According to the present invention, when a plurality of voltage-driven semiconductor elements are connected in series, the gate lines of the respective elements are magnetically coupled and the gate current values are made equal to each other, thereby suppressing the switching time difference, and When an imbalance occurs in the voltage applied to each element, the gate voltage control of the voltage-driven semiconductor element to which the overvoltage is applied prevents the overvoltage from being applied to the voltage-driven semiconductor element and the element breakdown due to the overvoltage. be able to.

[Brief description of drawings]

FIG. 1 is a circuit configuration diagram showing a first embodiment of the present invention.

FIG. 2 is a wiring diagram for explaining the principle of FIG.

FIG. 3 is a partial detailed circuit configuration diagram of FIG.

FIG. 4 is a waveform diagram illustrating the operation of FIG.

5 is a circuit configuration diagram for explaining the operation of FIG.

FIG. 6 is a circuit configuration diagram for explaining the operation of FIG.

FIG. 7 is a waveform diagram for explaining the operation of FIG.

FIG. 8 is a circuit configuration diagram for explaining the operation of FIG.

FIG. 9 is a circuit configuration diagram showing a second embodiment of the present invention.

FIG. 10 is a circuit configuration diagram showing a third embodiment of the present invention.

FIG. 11 is a circuit configuration diagram showing a conventional example.

FIG. 12 is a waveform diagram illustrating the operation of FIG.

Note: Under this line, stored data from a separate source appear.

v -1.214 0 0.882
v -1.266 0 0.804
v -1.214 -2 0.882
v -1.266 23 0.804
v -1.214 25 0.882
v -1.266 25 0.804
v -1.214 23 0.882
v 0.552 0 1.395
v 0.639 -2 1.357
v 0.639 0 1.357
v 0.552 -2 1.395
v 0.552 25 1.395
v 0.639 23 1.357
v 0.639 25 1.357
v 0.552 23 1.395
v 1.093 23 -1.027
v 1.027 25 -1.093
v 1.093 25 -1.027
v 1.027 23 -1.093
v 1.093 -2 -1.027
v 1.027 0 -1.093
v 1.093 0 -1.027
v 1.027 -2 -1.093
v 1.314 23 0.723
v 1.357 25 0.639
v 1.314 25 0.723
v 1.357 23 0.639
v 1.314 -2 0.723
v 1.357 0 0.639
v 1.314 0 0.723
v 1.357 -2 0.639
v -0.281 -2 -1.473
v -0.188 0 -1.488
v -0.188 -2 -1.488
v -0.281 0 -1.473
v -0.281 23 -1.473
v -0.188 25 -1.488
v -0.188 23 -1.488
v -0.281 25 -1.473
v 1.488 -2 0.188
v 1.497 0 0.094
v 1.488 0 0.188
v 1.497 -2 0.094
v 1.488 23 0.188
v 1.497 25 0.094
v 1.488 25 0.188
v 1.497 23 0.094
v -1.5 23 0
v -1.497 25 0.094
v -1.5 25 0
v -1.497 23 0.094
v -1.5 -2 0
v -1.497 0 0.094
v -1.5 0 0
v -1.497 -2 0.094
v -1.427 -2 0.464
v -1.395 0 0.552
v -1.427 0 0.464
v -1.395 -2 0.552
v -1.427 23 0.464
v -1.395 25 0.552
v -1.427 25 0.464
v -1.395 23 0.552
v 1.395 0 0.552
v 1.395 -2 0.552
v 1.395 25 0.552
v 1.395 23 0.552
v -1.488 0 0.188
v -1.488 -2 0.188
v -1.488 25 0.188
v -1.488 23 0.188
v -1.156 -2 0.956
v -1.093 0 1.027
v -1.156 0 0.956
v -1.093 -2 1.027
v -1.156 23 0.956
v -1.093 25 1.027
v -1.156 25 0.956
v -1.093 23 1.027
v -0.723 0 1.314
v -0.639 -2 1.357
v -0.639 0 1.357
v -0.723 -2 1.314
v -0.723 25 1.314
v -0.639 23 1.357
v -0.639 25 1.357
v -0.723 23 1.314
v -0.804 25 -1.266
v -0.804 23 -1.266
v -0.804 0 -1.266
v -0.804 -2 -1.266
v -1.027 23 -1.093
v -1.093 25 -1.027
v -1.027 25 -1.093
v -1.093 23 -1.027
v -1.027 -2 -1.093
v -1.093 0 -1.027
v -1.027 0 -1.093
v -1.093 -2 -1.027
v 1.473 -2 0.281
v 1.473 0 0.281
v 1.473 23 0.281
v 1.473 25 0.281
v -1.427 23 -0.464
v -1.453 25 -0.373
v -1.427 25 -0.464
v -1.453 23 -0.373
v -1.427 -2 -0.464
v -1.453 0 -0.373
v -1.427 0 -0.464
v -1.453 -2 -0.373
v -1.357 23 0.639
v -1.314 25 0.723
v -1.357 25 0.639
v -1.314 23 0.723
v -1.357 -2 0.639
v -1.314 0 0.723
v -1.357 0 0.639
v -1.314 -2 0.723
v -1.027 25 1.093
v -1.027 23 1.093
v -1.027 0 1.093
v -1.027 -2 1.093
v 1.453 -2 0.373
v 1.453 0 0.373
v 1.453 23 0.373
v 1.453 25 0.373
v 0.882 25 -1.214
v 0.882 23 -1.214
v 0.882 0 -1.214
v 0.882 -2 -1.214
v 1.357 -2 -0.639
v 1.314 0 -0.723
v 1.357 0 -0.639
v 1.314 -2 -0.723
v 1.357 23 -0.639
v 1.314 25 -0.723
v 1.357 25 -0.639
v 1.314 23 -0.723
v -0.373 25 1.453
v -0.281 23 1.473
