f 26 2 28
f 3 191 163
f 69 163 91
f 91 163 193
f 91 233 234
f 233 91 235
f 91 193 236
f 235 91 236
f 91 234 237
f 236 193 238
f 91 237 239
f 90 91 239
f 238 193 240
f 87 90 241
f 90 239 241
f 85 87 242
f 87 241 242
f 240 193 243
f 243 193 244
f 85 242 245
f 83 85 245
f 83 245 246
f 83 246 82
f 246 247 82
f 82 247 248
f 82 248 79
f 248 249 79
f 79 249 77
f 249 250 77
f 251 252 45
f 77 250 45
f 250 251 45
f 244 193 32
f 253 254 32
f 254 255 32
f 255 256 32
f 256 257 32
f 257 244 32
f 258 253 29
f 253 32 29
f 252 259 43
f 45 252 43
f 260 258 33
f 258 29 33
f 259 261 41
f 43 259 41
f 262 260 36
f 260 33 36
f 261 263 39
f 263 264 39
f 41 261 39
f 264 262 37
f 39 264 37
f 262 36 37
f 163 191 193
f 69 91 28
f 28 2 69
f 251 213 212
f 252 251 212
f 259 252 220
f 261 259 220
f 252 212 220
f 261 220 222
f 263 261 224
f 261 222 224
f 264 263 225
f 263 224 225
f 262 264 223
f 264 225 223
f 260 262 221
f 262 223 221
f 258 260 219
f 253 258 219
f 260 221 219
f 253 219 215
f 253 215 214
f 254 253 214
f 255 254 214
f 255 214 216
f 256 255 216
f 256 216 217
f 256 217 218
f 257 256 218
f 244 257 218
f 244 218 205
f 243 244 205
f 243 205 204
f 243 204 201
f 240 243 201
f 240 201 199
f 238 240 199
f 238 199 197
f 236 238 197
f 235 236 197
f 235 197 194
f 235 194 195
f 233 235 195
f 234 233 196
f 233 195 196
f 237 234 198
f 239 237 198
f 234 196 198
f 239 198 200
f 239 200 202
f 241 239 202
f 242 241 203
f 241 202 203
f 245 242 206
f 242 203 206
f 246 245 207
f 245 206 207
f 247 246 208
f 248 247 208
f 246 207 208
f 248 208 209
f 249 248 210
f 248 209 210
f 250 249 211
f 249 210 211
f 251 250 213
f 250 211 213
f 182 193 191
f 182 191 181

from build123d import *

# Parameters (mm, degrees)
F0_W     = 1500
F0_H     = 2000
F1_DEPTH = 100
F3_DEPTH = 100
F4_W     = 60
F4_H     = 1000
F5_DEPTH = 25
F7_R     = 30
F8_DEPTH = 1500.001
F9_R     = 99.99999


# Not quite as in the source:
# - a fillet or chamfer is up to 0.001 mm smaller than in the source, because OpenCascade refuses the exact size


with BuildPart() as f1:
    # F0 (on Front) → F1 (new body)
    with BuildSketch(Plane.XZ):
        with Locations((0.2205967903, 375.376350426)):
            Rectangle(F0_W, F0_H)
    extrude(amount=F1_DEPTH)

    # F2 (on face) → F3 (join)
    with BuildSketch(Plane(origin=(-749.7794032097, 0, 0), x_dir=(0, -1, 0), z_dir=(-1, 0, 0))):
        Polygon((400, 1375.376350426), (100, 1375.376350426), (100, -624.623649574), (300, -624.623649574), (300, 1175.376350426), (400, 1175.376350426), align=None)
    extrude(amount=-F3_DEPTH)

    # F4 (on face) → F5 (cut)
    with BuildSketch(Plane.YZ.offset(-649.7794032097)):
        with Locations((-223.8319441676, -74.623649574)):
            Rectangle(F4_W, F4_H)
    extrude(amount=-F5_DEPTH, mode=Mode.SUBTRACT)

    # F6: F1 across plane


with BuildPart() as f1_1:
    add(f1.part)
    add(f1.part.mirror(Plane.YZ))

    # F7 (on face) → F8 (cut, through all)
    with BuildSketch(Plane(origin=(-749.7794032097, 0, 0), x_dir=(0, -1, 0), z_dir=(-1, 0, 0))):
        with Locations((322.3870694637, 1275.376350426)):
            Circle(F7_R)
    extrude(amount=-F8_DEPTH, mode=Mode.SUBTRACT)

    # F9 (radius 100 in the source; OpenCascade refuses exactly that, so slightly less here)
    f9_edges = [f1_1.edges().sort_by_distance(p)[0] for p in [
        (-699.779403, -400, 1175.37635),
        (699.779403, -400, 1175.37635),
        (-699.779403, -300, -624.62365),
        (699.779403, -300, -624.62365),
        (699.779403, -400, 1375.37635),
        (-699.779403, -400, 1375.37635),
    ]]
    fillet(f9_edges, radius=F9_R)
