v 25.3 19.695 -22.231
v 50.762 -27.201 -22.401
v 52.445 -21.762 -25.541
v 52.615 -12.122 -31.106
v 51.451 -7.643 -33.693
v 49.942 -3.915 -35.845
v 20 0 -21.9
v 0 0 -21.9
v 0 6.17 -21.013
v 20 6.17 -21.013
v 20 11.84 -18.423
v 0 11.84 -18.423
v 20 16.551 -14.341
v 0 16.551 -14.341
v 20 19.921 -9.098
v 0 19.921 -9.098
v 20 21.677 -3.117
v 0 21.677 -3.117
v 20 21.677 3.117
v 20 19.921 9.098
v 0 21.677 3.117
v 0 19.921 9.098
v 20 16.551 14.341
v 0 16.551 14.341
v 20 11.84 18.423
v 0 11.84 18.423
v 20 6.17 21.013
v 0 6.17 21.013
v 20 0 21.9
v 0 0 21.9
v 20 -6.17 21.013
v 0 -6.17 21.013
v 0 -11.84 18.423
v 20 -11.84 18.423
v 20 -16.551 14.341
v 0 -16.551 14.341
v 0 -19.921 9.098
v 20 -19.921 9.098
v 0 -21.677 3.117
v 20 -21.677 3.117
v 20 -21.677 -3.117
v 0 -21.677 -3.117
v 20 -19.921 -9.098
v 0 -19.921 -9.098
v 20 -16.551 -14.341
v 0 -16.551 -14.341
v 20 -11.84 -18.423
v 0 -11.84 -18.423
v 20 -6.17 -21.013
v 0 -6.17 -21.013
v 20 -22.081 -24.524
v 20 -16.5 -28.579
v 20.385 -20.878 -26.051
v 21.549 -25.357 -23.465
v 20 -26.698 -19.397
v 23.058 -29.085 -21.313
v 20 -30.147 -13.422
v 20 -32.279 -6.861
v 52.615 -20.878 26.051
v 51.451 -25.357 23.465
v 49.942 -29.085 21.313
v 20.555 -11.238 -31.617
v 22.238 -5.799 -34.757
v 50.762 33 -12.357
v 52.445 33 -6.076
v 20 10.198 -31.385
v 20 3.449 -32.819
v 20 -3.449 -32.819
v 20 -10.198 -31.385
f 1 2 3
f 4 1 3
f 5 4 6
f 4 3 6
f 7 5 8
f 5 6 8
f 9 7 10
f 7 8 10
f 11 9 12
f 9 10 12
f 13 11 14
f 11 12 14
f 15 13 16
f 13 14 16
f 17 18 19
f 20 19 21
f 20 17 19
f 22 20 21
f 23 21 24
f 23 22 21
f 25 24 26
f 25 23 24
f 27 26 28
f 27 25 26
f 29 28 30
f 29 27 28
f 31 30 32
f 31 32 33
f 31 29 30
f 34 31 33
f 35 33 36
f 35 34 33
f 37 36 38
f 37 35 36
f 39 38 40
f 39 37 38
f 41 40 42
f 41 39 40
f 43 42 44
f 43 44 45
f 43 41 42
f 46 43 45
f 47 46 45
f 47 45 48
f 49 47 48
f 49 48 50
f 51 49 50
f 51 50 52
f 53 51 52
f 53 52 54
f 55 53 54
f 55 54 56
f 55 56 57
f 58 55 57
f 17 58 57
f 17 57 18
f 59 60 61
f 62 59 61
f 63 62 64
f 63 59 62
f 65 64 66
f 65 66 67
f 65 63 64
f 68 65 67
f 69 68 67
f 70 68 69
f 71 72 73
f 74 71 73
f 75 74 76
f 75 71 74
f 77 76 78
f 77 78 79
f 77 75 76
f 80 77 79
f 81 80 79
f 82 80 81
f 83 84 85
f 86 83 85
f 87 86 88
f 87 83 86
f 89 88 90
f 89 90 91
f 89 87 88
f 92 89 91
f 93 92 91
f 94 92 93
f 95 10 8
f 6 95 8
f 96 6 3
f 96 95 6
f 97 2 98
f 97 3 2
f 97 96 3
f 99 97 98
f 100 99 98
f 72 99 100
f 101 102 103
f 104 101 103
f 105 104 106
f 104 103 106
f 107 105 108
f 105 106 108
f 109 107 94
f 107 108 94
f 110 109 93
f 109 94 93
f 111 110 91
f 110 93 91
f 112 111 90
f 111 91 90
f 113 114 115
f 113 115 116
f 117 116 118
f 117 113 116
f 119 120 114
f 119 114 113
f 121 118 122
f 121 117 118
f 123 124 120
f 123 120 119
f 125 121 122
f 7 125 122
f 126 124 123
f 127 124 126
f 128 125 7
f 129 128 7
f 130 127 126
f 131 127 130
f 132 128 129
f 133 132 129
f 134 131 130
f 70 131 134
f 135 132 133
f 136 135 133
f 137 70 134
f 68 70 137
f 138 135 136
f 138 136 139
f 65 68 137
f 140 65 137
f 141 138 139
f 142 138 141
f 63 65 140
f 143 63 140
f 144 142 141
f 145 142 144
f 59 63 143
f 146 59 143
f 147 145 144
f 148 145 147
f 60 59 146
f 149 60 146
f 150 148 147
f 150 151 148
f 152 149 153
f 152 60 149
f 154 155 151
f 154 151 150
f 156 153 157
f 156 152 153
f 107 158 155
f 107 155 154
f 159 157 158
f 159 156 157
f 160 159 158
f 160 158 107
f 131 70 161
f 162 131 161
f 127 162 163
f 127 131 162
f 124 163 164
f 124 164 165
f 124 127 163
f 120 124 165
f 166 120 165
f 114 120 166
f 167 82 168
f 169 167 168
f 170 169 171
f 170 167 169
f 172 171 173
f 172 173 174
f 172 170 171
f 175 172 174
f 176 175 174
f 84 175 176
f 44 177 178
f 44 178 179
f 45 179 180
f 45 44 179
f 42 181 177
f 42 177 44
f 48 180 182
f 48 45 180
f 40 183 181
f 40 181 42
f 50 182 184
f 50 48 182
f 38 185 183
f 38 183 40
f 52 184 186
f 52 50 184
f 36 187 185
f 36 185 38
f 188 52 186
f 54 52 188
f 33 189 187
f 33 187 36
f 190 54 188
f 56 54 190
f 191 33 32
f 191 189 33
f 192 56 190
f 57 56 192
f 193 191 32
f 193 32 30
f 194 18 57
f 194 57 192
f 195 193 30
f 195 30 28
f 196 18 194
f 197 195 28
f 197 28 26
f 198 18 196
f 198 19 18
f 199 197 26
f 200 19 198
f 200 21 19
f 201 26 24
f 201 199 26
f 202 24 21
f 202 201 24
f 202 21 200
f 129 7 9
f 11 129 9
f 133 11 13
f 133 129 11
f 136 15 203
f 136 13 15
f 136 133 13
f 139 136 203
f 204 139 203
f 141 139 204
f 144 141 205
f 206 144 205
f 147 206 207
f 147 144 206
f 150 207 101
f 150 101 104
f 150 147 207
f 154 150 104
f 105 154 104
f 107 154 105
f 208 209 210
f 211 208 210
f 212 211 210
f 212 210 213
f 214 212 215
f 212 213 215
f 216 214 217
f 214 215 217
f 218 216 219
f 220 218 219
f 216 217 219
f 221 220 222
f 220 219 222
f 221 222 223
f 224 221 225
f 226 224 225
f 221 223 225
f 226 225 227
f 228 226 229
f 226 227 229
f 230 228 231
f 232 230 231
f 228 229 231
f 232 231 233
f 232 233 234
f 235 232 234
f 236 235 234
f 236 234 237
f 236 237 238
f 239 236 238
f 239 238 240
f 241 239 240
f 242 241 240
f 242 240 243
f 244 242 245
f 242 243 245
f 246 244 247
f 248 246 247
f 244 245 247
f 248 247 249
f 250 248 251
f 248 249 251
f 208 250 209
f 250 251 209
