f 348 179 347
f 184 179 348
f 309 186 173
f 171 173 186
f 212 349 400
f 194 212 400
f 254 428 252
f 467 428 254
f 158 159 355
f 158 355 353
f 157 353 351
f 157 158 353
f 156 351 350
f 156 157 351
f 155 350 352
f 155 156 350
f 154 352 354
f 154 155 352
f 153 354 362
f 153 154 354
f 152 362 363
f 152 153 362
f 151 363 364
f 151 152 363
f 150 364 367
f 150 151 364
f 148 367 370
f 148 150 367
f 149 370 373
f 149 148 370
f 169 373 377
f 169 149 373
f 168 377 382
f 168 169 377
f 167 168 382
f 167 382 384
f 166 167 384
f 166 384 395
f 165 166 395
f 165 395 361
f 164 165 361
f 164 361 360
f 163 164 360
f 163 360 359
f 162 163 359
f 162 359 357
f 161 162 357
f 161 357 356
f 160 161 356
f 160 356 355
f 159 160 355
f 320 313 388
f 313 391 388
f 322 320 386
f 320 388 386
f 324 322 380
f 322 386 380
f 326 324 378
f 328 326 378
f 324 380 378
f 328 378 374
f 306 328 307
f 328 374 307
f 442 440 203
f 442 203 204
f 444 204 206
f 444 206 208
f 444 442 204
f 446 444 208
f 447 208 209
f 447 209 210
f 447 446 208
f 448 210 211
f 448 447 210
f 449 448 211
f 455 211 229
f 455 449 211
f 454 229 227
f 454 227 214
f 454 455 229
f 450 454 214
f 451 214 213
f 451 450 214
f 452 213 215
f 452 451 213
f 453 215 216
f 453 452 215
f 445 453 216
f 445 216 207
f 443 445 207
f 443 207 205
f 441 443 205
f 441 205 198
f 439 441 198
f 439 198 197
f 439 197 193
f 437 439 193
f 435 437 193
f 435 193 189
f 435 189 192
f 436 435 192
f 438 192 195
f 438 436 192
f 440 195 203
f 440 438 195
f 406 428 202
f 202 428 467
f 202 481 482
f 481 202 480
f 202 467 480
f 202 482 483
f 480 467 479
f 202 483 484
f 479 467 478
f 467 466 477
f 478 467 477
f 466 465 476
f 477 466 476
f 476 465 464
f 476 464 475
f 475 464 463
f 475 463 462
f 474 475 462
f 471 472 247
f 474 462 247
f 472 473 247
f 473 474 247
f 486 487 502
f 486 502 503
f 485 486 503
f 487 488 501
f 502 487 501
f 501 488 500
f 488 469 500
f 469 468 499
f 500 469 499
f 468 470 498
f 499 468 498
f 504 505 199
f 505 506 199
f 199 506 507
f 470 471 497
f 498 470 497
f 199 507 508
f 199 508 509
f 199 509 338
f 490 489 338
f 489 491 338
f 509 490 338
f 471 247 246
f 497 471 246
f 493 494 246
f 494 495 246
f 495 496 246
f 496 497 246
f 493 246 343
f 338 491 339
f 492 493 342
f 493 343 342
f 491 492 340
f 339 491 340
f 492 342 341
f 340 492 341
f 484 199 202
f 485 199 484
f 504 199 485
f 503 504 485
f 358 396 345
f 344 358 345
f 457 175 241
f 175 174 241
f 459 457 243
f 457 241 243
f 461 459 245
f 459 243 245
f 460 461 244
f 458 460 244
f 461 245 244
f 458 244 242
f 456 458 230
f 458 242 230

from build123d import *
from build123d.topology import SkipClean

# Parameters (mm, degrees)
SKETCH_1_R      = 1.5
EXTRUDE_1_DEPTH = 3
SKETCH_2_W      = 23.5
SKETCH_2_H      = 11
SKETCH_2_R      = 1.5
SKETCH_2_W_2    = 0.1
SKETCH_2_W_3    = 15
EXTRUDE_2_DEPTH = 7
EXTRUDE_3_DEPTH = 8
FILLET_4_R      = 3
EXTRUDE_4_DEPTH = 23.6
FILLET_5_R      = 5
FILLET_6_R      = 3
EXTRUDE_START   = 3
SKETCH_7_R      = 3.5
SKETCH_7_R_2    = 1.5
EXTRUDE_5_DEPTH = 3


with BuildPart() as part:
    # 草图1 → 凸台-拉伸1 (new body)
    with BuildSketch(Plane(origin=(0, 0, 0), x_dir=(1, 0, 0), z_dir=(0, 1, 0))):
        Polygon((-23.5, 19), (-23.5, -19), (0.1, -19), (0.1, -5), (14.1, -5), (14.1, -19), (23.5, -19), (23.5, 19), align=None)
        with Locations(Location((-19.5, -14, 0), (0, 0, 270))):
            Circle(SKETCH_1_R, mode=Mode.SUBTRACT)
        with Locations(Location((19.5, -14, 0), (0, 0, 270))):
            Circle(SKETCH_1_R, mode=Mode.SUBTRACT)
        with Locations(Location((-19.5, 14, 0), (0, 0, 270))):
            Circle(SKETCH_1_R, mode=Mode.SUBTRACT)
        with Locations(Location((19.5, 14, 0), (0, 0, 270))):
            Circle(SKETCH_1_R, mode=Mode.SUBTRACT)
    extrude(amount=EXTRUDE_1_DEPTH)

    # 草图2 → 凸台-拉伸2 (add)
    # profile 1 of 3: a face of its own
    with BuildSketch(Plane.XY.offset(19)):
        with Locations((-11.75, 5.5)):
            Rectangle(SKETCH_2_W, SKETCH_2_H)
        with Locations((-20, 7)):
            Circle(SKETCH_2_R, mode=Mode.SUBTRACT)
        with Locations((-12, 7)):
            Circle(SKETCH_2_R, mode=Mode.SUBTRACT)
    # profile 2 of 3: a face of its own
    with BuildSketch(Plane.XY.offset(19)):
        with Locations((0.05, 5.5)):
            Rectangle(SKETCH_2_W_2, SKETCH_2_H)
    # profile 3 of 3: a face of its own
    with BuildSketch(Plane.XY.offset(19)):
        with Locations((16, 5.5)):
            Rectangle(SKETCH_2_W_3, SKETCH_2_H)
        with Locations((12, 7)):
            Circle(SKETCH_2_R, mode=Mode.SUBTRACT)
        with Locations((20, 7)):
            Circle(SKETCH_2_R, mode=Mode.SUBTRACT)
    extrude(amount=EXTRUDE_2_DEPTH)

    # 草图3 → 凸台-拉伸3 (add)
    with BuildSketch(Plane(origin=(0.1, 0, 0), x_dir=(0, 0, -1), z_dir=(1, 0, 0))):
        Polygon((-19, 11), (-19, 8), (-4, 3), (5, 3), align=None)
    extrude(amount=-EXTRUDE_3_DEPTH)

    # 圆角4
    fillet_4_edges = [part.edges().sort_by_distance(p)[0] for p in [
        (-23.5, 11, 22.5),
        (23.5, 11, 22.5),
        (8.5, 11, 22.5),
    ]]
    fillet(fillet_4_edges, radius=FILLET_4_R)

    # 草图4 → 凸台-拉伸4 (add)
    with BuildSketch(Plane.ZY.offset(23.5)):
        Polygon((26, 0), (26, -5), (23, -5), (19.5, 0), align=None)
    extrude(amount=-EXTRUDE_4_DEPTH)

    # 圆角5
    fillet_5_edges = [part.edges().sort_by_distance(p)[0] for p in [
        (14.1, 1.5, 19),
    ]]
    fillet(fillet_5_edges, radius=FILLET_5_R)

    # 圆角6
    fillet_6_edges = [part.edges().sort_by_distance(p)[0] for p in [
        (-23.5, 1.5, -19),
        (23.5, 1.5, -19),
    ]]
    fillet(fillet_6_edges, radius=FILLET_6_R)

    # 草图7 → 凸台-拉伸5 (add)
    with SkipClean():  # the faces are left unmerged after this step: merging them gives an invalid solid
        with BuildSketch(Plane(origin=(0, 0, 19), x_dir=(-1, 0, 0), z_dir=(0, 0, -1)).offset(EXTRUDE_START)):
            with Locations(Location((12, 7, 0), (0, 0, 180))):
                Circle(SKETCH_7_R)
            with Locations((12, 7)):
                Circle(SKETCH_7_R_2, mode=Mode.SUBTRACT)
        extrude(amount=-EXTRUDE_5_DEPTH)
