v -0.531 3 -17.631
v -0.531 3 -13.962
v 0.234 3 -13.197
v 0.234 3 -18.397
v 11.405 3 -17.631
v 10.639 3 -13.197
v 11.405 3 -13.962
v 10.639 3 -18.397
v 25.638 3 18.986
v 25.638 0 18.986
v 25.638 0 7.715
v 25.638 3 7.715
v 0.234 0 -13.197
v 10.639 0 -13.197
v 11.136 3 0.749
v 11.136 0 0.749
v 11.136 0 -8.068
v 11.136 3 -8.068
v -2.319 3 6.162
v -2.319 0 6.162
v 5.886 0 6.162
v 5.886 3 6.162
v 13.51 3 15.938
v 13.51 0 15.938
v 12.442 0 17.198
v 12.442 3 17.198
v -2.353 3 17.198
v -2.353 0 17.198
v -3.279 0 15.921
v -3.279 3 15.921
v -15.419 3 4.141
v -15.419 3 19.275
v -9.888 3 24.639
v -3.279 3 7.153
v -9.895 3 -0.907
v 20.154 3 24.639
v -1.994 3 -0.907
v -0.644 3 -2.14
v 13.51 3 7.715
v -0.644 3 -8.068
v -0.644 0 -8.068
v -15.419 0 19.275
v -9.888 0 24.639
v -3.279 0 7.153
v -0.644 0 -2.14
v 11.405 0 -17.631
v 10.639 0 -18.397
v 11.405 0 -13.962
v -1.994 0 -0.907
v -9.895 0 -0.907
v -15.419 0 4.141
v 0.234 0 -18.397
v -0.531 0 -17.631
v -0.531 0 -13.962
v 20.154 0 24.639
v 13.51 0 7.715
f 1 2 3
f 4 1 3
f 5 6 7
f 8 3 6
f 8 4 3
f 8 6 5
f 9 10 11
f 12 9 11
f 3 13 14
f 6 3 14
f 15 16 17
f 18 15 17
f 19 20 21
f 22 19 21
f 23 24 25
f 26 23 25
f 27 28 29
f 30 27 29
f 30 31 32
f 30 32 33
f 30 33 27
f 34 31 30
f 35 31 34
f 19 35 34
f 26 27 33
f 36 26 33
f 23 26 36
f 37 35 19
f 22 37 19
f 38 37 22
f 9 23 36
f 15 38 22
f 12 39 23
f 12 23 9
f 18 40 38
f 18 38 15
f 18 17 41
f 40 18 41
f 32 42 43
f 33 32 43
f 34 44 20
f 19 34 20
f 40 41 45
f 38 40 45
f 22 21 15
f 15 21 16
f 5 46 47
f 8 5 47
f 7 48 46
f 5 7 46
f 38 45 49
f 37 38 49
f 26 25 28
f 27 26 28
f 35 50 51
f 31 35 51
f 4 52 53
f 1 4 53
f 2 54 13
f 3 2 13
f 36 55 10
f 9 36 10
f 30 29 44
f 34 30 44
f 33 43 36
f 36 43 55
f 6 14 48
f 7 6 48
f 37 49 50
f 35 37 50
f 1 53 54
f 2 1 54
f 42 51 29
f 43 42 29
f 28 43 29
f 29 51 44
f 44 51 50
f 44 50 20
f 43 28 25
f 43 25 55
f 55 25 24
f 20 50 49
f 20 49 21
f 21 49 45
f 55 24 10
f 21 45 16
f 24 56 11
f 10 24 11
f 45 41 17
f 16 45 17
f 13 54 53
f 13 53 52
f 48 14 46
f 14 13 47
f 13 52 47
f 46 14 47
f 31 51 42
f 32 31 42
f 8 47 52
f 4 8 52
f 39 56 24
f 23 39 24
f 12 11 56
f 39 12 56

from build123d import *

# Parameters (mm, degrees)
EXTRUDE_1_DEPTH   = 3
EXTRUDE_1_2_DEPTH = 3


with BuildPart() as part:
    # 草图1 → 凸台-拉伸1 (new body)
    with BuildSketch(Plane(origin=(0, 0, 0), x_dir=(1, 0, 0), z_dir=(0, 1, 0))):
        Polygon((25.637552557, -18.985620439), (25.637552557, -7.714616343), (13.5104667, -7.714616343), (13.5104667, -15.937756848), (12.441882902, -17.197566631), (-2.35330466, -17.197566631), (-3.27912841, -15.920718967), (-3.27912841, -7.152500555), (-2.318531745, -6.162085626), (5.886014423, -6.162085626), (11.135743374, -0.749397742), (11.135743374, 8.068150789), (-0.644307785, 8.068150789), (-0.644307785, 2.140146906), (-1.994016853, 0.90675288), (-9.894977458, 0.90675288), (-15.418775569, -4.141016123), (-15.418775569, -19.274774033), (-9.888098832, -24.638939565), (20.154437012, -24.638939565), align=None)
    extrude(amount=EXTRUDE_1_DEPTH)


with BuildPart() as body_2:
    # 草图1 → Extrude 1 2 (new body)
    with BuildSketch(Plane(origin=(0, 0, 0), x_dir=(1, 0, 0), z_dir=(0, 1, 0))):
        Polygon((10.639393218, 13.196544402), (11.405078643, 13.962229827), (11.405078643, 17.630858977), (10.639393218, 18.396544402), (0.234355973, 18.396544402), (-0.531329452, 17.630858977), (-0.531329452, 13.962229827), (0.234355973, 13.196544402), align=None)
    extrude(amount=EXTRUDE_1_2_DEPTH)


solid = Compound([part.part, body_2.part])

   ─────────────────────────────────────────────────── ─── Continued front page    (72) Inventor Kiyoaki Sasakawa             1-1 Tanabe Nitta, Kawasaki-ku, Kawasaki-shi, Kanagawa             Within Fuji Electric Co., Ltd. F-term (reference) 5H740 BA11 BB01 KK01 KK03 MM01                       MM05                 5J050 AA34 BB24 CC01 DD00 EE03                       EE18 EE22 FF22                 5J055 AX32 BX16 CX19 DX09 EX07                       EY01 EY07 EY10 EY12 EZ00                       EZ12 FX03 GX01 GX02 GX05                       GX08

Claims (2)

[Claims] 1. A plurality of voltage-driven semiconductor elements connected in series, and a gate drive for supplying a gate signal to a gate terminal of the voltage-driven semiconductor elements for turning on / off these voltage-driven semiconductor elements. In the semiconductor switch circuit including the circuit, in order to match the current value flowing in the gate line of the voltage-driven semiconductor element in each stage, the gate line of the first stage and the gate line of the next stage are magnetically coupled to each other except the first stage. The gate line of the stage magnetically couples the gate line of the previous stage and the gate line of the next stage, and when the voltage applied to these voltage-driven semiconductor elements becomes an overvoltage, in order to suppress the overvoltage application, A controller for controlling voltage-driven semiconductor elements connected in series, which controls the gate voltage of the voltage-driven semiconductor elements. 2. The semiconductor switch circuit according to claim 1, wherein emitter lines connecting the gate drive circuit and the emitter terminals of the voltage-driven semiconductor element are magnetically coupled to each other or the gate line and the emitter line are magnetically coupled to each other. 2. A control device for voltage-driven semiconductor elements connected in series, which is characterized in that.